I wish I would have thought to post this information before "the magic of bowl season" began. But I absolutely love the Skycast view on the ESPN/WatchESPN/Whatever ESPN calls it now app.

It's a non-stop view from the skycam, behind the offense. No broadcast commentary, no video vignettes, etc. You get the full ambient noise from the stadium, along with in-house public address. They've improved it to include replays of crucial plays, deep plays that sometimes the camera doesn't catch up with, etc. And the ESPN Bottom Line is different to display the last play, updated stats, and more.

It's not perfect. Sometimes it's not able to follow every single play. But it's a whole different way to experience the game and one I'm really enjoying.

For those of you looking to take on the National Championship game from a new perspective, I'd recommend it.


----------



## Rich

B. Shoe said:


> I wish I would have thought to post this information before "the magic of bowl season" began. But I absolutely love the Skycast view on the ESPN/WatchESPN/Whatever ESPN calls it now app.
> 
> It's a non-stop view from the skycam, behind the offense. No broadcast commentary, no video vignettes, etc. You get the full ambient noise from the stadium, along with in-house public address. They've improved it to include replays of crucial plays, deep plays that sometimes the camera doesn't catch up with, etc. And the ESPN Bottom Line is different to display the last play, updated stats, and more.
> 
> It's not perfect. Sometimes it's not able to follow every single play. But it's a whole different way to experience the game and one I'm really enjoying.
> 
> For those of you looking to take on the National Championship game from a new perspective, I'd recommend it.


Is that app ESPN+?

Rich


----------



## TheRatPatrol

Was this available through the app only, or was it also available on another channel?


----------



## makaiguy

Had it on a couple of Bowl games I watched via satellite. Was interesting and a definite change of pace without all the blabber. Think it was on ESPN News.


----------



## B. Shoe

TheRatPatrol said:


> Was this available through the app only, or was it also available on another channel?
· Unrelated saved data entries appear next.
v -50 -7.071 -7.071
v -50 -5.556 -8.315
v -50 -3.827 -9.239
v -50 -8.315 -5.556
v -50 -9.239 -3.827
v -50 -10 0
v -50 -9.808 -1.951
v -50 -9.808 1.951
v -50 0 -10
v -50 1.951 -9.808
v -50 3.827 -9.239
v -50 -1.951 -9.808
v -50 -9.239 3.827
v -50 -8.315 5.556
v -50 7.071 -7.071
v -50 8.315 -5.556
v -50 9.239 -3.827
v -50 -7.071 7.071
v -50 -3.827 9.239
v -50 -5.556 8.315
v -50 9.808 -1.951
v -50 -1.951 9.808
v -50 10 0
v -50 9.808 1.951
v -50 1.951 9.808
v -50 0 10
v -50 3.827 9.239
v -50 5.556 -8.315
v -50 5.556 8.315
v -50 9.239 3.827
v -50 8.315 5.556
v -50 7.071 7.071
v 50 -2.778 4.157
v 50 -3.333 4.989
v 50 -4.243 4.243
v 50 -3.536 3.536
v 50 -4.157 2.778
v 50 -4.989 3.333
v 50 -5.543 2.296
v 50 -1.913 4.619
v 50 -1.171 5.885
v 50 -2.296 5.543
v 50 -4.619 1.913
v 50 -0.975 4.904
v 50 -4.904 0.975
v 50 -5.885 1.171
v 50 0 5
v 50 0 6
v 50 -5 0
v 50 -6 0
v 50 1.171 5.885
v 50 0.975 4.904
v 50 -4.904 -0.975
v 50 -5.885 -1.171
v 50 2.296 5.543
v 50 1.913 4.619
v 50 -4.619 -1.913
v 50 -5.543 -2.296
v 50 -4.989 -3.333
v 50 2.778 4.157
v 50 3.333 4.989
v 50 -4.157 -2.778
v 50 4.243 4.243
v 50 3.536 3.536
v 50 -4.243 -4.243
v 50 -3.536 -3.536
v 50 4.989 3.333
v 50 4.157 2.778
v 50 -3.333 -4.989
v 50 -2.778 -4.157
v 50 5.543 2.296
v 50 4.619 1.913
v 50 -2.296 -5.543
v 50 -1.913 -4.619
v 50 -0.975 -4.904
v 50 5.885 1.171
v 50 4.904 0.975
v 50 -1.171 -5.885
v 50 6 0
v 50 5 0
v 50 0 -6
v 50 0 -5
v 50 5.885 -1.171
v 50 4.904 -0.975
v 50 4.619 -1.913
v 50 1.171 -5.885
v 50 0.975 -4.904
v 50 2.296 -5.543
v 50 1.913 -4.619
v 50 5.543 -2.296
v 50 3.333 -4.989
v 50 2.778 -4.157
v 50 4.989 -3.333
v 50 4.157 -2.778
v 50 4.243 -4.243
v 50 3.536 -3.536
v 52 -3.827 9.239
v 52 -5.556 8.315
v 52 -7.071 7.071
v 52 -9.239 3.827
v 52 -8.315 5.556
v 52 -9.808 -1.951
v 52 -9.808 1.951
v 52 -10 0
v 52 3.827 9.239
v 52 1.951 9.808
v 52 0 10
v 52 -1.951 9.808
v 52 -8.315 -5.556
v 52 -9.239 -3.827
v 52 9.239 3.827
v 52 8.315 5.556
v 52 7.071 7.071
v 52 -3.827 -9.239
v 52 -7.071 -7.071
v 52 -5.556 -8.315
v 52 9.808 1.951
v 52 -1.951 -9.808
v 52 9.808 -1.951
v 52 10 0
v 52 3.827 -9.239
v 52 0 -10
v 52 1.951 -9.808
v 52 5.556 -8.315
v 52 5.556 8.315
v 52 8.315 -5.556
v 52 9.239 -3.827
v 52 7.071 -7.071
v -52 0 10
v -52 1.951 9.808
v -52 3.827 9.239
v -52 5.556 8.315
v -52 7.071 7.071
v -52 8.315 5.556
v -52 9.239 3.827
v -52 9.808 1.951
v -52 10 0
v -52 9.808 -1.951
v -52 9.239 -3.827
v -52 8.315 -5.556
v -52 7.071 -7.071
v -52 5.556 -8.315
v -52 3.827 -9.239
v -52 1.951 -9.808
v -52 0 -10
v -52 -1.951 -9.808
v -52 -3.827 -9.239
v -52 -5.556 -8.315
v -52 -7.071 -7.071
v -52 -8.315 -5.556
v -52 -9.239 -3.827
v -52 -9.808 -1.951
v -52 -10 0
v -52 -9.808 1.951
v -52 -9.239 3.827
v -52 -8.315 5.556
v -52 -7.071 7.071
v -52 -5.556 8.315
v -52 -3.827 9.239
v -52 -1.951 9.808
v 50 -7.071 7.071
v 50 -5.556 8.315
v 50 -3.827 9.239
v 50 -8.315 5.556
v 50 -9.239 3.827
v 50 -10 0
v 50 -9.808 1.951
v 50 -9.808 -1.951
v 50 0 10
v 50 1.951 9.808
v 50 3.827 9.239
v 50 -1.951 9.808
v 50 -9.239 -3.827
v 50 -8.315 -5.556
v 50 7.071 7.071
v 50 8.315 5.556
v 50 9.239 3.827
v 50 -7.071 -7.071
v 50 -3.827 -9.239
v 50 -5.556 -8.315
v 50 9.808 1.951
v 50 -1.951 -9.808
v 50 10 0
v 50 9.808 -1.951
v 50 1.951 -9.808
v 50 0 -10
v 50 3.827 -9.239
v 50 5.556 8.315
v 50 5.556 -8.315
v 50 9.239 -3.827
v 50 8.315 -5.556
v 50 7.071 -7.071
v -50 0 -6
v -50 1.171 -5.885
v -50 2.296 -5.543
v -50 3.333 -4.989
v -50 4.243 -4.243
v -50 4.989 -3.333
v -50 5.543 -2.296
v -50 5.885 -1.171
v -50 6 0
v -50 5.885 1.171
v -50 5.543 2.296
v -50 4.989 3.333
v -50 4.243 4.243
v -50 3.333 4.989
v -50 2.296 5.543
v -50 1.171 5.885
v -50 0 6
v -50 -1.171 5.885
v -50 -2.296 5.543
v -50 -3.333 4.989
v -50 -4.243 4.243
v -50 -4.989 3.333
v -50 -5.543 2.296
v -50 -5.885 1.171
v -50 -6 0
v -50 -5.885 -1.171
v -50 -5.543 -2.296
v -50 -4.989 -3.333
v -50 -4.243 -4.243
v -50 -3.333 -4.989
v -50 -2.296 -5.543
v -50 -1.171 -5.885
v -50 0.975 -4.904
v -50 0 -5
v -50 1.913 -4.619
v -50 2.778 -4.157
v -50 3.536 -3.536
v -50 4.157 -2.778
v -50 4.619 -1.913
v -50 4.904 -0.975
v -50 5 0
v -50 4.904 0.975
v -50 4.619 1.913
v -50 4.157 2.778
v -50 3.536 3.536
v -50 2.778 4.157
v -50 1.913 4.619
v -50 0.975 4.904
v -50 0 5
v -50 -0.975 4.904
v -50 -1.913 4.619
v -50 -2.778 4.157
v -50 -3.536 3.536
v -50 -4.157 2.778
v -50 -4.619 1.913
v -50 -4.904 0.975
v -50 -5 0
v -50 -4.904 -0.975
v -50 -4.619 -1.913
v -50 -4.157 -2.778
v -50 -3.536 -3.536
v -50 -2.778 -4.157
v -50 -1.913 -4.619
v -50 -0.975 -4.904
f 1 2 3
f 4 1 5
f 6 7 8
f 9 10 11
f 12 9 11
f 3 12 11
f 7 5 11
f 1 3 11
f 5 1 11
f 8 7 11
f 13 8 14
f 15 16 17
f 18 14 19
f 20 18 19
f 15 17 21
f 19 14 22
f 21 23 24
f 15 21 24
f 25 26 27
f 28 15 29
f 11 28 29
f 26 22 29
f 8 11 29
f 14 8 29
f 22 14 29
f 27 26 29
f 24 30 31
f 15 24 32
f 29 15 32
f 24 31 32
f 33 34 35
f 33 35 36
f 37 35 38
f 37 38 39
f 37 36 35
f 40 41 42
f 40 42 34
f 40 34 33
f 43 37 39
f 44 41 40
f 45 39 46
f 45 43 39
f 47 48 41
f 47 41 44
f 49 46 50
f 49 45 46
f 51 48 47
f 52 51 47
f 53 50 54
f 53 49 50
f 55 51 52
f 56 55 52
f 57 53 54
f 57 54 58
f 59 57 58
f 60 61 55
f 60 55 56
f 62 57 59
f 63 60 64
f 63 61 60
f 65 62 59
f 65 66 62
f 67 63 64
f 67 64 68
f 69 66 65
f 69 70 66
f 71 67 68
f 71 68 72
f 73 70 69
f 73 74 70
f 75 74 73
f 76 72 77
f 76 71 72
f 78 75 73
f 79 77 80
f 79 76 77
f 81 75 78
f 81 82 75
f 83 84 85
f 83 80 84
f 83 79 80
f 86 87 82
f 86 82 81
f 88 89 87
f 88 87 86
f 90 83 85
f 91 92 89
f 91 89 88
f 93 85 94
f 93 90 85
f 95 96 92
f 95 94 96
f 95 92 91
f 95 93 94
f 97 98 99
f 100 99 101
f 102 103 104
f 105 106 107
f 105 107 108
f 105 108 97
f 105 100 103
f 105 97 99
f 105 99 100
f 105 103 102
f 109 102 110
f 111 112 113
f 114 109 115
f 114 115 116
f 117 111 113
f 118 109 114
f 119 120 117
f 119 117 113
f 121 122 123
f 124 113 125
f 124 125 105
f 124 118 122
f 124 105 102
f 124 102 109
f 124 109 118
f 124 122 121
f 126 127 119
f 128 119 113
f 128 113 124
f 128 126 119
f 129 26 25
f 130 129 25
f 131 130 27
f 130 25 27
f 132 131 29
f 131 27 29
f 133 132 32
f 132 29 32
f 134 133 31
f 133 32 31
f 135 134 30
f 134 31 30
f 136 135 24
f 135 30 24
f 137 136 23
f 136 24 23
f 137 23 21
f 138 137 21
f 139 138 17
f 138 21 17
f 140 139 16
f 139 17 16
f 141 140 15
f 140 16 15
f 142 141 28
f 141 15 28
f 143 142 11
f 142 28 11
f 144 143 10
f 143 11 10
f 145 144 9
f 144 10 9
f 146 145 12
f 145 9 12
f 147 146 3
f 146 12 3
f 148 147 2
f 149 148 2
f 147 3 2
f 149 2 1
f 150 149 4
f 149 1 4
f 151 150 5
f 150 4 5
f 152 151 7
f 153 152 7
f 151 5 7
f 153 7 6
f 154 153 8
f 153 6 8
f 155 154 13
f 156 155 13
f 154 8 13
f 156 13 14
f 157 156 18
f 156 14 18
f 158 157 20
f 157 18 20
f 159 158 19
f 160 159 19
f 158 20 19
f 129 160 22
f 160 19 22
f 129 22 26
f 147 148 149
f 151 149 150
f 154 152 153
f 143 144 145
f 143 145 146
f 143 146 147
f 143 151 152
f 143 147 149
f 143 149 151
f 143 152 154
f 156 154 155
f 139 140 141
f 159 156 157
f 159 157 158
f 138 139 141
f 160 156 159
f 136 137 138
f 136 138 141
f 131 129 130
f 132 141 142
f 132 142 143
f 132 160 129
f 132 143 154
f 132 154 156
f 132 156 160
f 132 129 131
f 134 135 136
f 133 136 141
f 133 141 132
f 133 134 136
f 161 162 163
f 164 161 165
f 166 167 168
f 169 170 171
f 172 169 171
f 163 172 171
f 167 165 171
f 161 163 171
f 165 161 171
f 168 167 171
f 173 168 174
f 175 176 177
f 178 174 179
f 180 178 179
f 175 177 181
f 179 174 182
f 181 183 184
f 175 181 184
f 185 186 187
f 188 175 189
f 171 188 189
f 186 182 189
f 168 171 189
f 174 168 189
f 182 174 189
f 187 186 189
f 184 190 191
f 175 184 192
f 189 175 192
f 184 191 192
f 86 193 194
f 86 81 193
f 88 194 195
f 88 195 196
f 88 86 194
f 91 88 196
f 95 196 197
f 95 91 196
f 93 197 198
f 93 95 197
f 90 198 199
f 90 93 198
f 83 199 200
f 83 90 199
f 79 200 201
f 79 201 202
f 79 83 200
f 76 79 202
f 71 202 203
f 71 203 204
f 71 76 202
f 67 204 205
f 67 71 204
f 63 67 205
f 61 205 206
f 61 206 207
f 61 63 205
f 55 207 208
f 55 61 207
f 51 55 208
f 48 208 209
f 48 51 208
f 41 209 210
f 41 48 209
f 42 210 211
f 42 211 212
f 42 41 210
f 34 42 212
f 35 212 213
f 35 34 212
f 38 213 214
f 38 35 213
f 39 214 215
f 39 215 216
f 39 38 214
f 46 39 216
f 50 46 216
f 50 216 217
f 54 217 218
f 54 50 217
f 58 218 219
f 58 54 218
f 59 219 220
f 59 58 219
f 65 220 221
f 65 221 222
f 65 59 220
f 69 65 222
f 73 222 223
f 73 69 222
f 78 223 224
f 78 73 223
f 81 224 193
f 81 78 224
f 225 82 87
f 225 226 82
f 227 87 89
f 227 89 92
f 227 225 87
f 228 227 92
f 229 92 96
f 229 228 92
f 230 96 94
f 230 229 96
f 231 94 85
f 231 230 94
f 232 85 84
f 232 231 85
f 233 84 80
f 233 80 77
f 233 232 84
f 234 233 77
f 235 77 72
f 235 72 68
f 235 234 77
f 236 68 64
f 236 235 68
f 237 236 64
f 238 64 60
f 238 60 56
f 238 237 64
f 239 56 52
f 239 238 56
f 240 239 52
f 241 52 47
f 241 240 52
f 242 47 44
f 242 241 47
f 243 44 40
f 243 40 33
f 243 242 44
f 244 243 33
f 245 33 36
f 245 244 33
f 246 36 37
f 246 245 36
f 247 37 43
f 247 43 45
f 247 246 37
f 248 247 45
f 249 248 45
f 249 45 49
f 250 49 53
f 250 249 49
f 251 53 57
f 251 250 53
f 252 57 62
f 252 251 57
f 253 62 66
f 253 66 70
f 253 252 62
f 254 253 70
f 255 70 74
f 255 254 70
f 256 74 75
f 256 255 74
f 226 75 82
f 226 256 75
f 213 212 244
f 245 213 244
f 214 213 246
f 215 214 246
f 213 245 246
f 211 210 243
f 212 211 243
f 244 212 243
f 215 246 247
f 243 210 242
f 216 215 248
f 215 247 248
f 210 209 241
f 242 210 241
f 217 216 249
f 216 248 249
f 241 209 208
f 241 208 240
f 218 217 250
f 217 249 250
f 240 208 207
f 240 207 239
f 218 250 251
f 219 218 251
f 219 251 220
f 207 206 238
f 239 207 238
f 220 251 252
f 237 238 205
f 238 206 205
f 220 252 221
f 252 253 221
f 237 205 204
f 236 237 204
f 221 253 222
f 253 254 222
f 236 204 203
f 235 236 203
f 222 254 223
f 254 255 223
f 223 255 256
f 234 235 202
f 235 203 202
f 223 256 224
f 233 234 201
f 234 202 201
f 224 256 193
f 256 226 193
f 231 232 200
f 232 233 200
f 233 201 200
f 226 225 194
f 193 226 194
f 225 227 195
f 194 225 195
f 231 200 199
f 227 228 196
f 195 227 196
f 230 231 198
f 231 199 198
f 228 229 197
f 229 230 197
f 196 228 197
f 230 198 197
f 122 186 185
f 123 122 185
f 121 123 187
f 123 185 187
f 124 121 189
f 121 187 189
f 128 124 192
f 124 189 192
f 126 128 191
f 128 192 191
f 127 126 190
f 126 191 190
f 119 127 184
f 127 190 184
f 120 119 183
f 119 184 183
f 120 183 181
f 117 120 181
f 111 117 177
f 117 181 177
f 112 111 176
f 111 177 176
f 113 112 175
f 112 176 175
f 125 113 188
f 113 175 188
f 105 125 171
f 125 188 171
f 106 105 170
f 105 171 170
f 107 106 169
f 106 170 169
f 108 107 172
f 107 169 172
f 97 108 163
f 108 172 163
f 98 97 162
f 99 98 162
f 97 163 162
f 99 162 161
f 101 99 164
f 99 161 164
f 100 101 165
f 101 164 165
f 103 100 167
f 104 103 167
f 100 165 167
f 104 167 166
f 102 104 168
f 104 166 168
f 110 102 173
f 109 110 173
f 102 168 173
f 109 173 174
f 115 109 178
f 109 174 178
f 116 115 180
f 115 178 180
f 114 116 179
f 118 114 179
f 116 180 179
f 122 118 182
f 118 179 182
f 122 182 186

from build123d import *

# Parameters (mm, degrees)
SKETCH1_R           = 6
SKETCH1_R_2         = 5
BOSS_EXTRUDE1_DEPTH = 50
SKETCH2_R           = 10
BOSS_EXTRUDE4_DEPTH = 2
SKETCH5_R           = 10
BOSS_EXTRUDE5_DEPTH = 2


with BuildPart() as part:
    # Sketch1 → Boss-Extrude1 (new body, symmetric)
    with BuildSketch(Plane(origin=(0, 0, 0), x_dir=(0, 0, -1), z_dir=(1, 0, 0))):
        Circle(SKETCH1_R)
        Circle(SKETCH1_R_2, mode=Mode.SUBTRACT)
    extrude(amount=BOSS_EXTRUDE1_DEPTH, both=True)


with BuildPart() as body_2:
    # Sketch2 → Boss-Extrude4 (new body)
    with BuildSketch(Plane.ZY.offset(50)):
        Circle(SKETCH2_R)
    extrude(amount=BOSS_EXTRUDE4_DEPTH)


with BuildPart() as body_3:
    # Sketch5 → Boss-Extrude5 (new body)
    with BuildSketch(Plane(origin=(50, 0, 0), x_dir=(0, 0, -1), z_dir=(1, 0, 0))):
        Circle(SKETCH5_R)
    extrude(amount=BOSS_EXTRUDE5_DEPTH)


solid = Compound([part.part, body_2.part, body_3.part])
I don't believe these were offered through another channel. I think they are, as part of the National Championship Game Megacast, however. But don't quote me on that.



Rich said:


> Is that app ESPN+?


This was offered as part of my YTTV provider login through the ESPN app. Sometimes the ESPN+ subscription is required for the Skycast, but not often.



makaiguy said:


> Had it on a couple of Bowl games I watched via satellite. Was interesting and a definite change of pace without all the blabber. Think it was on ESPN News.


I enjoy it. They show the halftime performances, and you get a truer feel for the crowd/atmosphere.


----------



## billsharpe

Rose Bowl was on ESPN and ESPN2. Typical coverage on ESPN. ESPN2 showed two pictures at top of screen and a bunch of statistics at the bottom. Very distracting, IMO.


----------



## Rich

billsharpe said:


> Rose Bowl was on ESPN and ESPN2. Typical coverage on ESPN. ESPN2 showed two pictures at top of screen and a bunch of statistics at the bottom. Very distracting, IMO.


I agree with your opinion. Way too much going on, extremely distracting.

Rich


----------



## Blueflash

ESPN Presents the College Football Playoff National Championship through Cutting Edge Technology - ESPN Press Room U.S.

*ESPN's Sixth National Championship MegaCast*
ESPN's MegaCast production includes eight additional presentations across its television networks, four more offerings available on the ESPN App and two 4K feeds to complete the MegaCast. _Field Pass _(ESPN2), _Command Center_ (ESPNEWS), _DataCenter _(Goal Line), _Sounds of the Game _(ESPN Classic), the Spanish-language telecast (ESPN Deportes) and _Hometown Radio_ (ACC Network and SEC Network) remain staples of the MegaCast, while _Coaches Film Room_ (ESPNU) returns. The debut of _Refcast_ - an option that allows viewers to watch the game through former referees' perspective - highlights the ESPN App selections, with the All-22 viewing angle, Skycast and Techcast also available digitally.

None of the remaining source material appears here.